I tried installing Ndure's softmod.


----------



## kellyan95 (Dec 31, 2007)

The files for nDure's mod can be tranfsered via the savegame exploit or a hotswap, which did you try?


----------



## Zesto (Dec 31, 2007)

I tried the first one, but it's not a problem anymore. I finally got it to work. Just burnt a new CD and changed one IDE cable around and I installed ndure's 3.1.

Now I have an UnleashedX +Ndure dashboard, which looks ok but could look better.


----------



## kellyan95 (Dec 31, 2007)

XBMC is the best dashboard by far


----------



## superlars (Jan 1, 2008)

xbox as xbmc is in use nearly all day.
some games i sometimes play is the max payne series, halo 1-2, black and burnout.
loved these on the xbox.


----------



## FAST6191 (Jan 1, 2008)

Before I start to mess around with stuff kellyan95 do you know of any way to run xboxhdm (I grabbed a copy of v1.9) via something like qemu (or another, preferably free linux emulator) as I presently lack a CD drive and would rather not mess with any of the windows drivers if I can avoid it (read too many horror stories).
I do not mind plugging stuff inside my case but if it could use my USB-IDE adapter that would be even better.

Either way I will continue on my own but if you had a link to hand that would be nice.


----------



## kellyan95 (Jan 2, 2008)

Hmm, sorry but I do not. Would seem to be rather dangerous, the IDE standard is not meant to be hotswapped at all....


----------



## Cermage (Jan 6, 2008)

I've found a new use for my xbox these days: PSX and N64 ^^ brings back memories of old when you used to hold a controller to play the game instead of tapping some buttons on a keyboard.


----------



## ShadowStitch (Jan 6, 2008)

Yeah! My beautiful tricked-out xbox is the centerpiece of my media center here...it streams TV shows and movies for me, and emulates pretty much everything I ever want to play pre 1995... My friends and I love getting together for beers and MAME'ing it up.


----------



## FAST6191 (Jan 6, 2008)

I finally got around to modding my xbox (I got lazy and assembled a softmod kit, I will get around to posting it up in the trade forum but I am willing to share the wealth). Evox dash with XBMC ready to be loaded at a moments notice. I also grabbed one of those autoinstaller packages that comes with just about everything needed: well worth the half hour that took.

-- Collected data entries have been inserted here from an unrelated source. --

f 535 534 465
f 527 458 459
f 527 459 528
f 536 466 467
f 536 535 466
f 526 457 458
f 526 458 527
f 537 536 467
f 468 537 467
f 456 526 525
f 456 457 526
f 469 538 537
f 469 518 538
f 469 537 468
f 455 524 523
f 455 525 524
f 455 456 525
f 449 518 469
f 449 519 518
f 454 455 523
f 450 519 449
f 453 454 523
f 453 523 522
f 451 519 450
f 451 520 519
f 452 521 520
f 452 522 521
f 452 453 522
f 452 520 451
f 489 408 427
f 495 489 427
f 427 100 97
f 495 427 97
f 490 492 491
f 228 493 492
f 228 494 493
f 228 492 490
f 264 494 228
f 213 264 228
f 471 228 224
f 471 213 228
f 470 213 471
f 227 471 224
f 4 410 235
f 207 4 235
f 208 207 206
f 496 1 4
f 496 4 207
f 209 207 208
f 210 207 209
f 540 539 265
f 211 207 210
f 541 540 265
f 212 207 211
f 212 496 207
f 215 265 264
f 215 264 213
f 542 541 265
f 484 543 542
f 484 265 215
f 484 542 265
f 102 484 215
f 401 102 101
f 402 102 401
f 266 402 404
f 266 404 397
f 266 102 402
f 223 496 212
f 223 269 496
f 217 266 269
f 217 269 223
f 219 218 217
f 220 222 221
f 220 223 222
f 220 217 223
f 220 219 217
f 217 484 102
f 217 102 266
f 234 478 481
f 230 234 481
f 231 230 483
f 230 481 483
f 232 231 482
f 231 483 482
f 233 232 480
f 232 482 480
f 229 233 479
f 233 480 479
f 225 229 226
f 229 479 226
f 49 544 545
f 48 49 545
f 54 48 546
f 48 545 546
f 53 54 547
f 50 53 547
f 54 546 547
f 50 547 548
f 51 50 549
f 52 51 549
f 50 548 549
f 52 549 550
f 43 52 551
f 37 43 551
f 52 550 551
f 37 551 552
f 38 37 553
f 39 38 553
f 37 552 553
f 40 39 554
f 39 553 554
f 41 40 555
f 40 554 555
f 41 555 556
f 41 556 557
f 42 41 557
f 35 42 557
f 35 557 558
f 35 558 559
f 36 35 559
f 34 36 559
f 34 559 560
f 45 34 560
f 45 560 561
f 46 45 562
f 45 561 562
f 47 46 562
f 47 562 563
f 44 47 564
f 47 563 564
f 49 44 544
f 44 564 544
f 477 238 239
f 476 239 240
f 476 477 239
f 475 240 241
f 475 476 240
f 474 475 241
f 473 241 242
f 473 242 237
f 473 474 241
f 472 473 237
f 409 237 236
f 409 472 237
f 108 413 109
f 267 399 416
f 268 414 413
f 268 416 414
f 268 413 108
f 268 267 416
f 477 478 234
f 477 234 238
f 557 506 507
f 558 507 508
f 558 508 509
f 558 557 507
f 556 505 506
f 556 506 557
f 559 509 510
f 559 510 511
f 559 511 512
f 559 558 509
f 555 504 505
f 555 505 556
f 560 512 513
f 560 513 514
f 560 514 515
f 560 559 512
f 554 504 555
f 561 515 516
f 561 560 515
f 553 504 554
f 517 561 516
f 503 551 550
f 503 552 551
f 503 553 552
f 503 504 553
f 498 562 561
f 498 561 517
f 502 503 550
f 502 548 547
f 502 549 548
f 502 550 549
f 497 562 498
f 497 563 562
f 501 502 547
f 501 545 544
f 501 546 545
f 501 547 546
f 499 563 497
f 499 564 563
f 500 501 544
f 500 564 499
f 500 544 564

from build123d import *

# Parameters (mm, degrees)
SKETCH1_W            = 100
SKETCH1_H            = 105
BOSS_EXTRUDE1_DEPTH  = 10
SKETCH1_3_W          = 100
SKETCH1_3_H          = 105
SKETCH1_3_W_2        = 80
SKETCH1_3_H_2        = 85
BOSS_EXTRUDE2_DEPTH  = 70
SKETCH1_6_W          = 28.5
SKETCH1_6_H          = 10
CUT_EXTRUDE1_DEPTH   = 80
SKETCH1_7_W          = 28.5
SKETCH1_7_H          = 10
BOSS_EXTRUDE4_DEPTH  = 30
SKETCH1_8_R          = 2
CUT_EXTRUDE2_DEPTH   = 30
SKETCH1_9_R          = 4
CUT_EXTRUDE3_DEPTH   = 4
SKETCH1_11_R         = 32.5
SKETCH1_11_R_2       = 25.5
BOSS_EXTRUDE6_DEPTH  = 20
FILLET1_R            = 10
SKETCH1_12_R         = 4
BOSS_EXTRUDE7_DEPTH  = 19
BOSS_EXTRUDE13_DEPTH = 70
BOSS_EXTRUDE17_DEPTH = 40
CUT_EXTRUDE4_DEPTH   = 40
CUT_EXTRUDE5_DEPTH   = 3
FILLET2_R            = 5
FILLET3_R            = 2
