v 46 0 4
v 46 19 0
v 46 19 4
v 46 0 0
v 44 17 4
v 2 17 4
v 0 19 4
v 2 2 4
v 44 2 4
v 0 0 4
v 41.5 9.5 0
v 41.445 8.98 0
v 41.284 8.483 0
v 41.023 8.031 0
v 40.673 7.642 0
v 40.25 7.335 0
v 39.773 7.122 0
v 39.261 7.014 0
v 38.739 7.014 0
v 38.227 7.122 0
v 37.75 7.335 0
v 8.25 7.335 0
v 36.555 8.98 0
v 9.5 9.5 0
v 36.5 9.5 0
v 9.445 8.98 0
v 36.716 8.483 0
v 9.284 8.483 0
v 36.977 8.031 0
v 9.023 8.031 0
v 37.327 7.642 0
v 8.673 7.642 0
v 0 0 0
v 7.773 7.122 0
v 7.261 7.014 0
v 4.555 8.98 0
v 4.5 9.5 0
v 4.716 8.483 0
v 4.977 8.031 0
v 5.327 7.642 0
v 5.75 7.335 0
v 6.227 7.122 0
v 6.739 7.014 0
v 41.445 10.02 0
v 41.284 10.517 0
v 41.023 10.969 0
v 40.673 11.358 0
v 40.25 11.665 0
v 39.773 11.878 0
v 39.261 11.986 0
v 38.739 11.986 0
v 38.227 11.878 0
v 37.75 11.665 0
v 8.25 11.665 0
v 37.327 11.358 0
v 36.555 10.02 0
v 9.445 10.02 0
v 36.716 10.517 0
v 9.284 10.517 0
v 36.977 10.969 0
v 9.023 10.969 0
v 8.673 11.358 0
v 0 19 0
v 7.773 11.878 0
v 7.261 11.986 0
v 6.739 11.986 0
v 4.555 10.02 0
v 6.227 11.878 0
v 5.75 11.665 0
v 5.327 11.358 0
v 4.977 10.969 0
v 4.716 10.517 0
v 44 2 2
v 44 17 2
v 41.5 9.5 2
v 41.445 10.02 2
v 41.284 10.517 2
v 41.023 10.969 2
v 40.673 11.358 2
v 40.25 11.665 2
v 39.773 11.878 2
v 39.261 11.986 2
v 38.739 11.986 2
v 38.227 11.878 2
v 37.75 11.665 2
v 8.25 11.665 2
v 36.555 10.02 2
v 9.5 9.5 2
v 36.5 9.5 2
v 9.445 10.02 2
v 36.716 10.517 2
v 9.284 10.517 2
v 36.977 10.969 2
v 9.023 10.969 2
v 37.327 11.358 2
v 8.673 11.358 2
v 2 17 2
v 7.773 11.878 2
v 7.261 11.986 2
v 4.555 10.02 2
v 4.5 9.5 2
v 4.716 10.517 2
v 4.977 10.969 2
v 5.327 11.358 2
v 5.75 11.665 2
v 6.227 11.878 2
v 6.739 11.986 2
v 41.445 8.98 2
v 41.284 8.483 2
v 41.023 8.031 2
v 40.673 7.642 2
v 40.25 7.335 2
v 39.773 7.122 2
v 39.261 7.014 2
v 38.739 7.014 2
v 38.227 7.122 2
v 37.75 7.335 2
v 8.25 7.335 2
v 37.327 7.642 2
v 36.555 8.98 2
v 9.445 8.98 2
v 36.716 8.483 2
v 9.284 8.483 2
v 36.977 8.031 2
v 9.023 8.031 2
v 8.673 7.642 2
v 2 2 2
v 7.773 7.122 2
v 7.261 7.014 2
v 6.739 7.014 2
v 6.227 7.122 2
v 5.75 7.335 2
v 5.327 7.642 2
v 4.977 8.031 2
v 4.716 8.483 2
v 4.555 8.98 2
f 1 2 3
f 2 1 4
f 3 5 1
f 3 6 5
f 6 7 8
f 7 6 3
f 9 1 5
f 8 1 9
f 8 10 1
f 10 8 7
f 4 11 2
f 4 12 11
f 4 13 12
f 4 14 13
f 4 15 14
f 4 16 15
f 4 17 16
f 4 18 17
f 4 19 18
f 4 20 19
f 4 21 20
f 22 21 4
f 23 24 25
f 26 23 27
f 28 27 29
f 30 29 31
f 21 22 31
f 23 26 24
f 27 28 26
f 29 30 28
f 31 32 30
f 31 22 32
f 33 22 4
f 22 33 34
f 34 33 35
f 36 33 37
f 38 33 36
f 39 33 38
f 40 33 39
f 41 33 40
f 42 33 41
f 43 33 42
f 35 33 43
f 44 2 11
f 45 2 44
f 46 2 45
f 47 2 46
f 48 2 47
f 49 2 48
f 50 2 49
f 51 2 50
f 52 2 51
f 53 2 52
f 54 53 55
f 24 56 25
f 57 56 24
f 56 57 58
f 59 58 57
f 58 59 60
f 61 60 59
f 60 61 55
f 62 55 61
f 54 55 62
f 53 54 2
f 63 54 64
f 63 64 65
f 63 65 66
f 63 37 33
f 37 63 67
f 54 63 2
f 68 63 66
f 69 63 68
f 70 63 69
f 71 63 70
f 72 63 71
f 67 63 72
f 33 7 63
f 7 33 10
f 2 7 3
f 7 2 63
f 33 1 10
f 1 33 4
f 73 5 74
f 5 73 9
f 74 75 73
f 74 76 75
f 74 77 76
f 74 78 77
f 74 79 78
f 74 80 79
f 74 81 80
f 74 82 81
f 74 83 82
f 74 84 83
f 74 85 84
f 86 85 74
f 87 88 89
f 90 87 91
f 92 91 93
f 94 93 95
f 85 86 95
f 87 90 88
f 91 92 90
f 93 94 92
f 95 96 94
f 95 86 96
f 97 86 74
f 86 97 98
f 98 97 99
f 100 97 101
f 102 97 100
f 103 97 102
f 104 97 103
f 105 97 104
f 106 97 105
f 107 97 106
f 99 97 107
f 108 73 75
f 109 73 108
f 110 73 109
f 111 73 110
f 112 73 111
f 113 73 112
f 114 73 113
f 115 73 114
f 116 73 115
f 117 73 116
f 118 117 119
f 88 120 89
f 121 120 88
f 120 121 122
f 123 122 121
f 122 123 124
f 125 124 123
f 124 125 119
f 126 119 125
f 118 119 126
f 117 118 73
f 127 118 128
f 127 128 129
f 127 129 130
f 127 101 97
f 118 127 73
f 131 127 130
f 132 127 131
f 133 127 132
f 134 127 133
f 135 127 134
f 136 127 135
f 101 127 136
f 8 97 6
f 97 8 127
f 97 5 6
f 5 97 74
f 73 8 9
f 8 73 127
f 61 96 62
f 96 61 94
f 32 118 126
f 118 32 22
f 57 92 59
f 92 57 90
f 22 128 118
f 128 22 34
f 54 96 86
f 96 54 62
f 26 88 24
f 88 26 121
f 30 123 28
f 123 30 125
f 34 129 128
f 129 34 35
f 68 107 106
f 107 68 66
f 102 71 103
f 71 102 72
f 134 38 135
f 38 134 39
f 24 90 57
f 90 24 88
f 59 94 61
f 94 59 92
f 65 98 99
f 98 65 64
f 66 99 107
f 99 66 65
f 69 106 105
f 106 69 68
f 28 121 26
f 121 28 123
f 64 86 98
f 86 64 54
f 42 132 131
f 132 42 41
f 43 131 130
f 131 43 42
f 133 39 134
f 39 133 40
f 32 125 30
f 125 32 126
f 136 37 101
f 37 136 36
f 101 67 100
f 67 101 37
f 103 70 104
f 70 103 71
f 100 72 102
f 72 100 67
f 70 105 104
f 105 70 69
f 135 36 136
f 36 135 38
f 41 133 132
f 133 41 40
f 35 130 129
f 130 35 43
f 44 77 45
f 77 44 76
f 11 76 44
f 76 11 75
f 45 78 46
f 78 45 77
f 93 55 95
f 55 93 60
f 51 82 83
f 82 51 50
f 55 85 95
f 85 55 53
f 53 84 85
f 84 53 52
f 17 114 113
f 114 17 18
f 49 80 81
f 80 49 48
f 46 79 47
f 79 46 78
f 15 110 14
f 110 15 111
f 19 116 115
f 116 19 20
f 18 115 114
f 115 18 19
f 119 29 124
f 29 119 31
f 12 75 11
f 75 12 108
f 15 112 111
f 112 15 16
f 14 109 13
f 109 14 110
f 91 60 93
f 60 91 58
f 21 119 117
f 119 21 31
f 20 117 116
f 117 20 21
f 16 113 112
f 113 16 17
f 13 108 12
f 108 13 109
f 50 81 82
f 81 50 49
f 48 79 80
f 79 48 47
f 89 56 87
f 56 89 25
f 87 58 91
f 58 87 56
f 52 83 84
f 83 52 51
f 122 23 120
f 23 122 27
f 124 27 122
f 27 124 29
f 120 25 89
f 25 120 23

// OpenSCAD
inner_width = 42;
inner_depth = 15;
wall = 2;
height = 2;

$fn = 30;

difference() {
    cube([inner_width + 2 * wall, inner_depth + 2 * wall, height + wall]);
    translate([wall, wall, height]) cube([inner_width, inner_depth, wall]);
    translate([wall + 5, wall + inner_depth/2, 0]) cylinder(d = 5, h = height);
    translate([wall + inner_width - 5, wall + inner_depth/2, 0]) cylinder(d = 5, h = height);
}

So far it is one of those occasions where you finally get around to seeing what everybody else is ranting about (i.e. something other than I.E., something other than Nero, something other than office......)


----------



## jalaneme (Jan 6, 2008)

i mgiht get a modded xbox one day for n64 stuff.


----------



## mfpants50 (Jan 6, 2008)

I played mine a lot (SNES games mainly) but the DVD drive is now broken and it won't boot. 
	

	
	
		
		

		
			





 I don't have $40 for a new drive.


----------



## moozxy (Jan 6, 2008)

I just sold my modded xbox, and now I'm £100 richer


----------



## Calogero91 (Jan 6, 2008)

I play mine everyday, I'm still playing Halo 2.


----------



## SineWaveAu7 (Jan 6, 2008)

I got a US version XBOX cheap 'cause they tried to plug it into our 240V system and it doesn't like it. Got a spare Aus PSU from a mate, but never got around to getting a mod chip. Want to get the Xecuter X3, cheapest I've found in Aus is xecuter.com.au for AU$85+$5.20 shipping. Any aussies found it cheaper? All I want is Halo 1 & 2 PAL, just for multiplayer when my gf comes over. 
	

	
	
		
		

		
		
	


	



I've already modded the back panel with composite video, L+R audio, PCM coax and toslink digital audio, component + RGBHV through a VGA connector, and a 4way DIP selector switch for the different modes. Screw buying the custom cables 
	

	
	
		
		

		
		
	


	



- Adam


----------



## Westside (Jan 6, 2008)

I use it as a XBMC, but anyone knows a way to transfer files faster without opening the XBOX?  Cuz FTP is getting very slow.  Is it because of the HDD that comes with Xbox?


----------



## mfpants50 (Jan 6, 2008)

QUOTE(Westside @ Jan 6 2008 said:


> I use it as a XBMC, but anyone knows a way to transfer files faster without opening the XBOX?Â Cuz FTP is getting very slow.Â Is it because of the HDD that comes with Xbox?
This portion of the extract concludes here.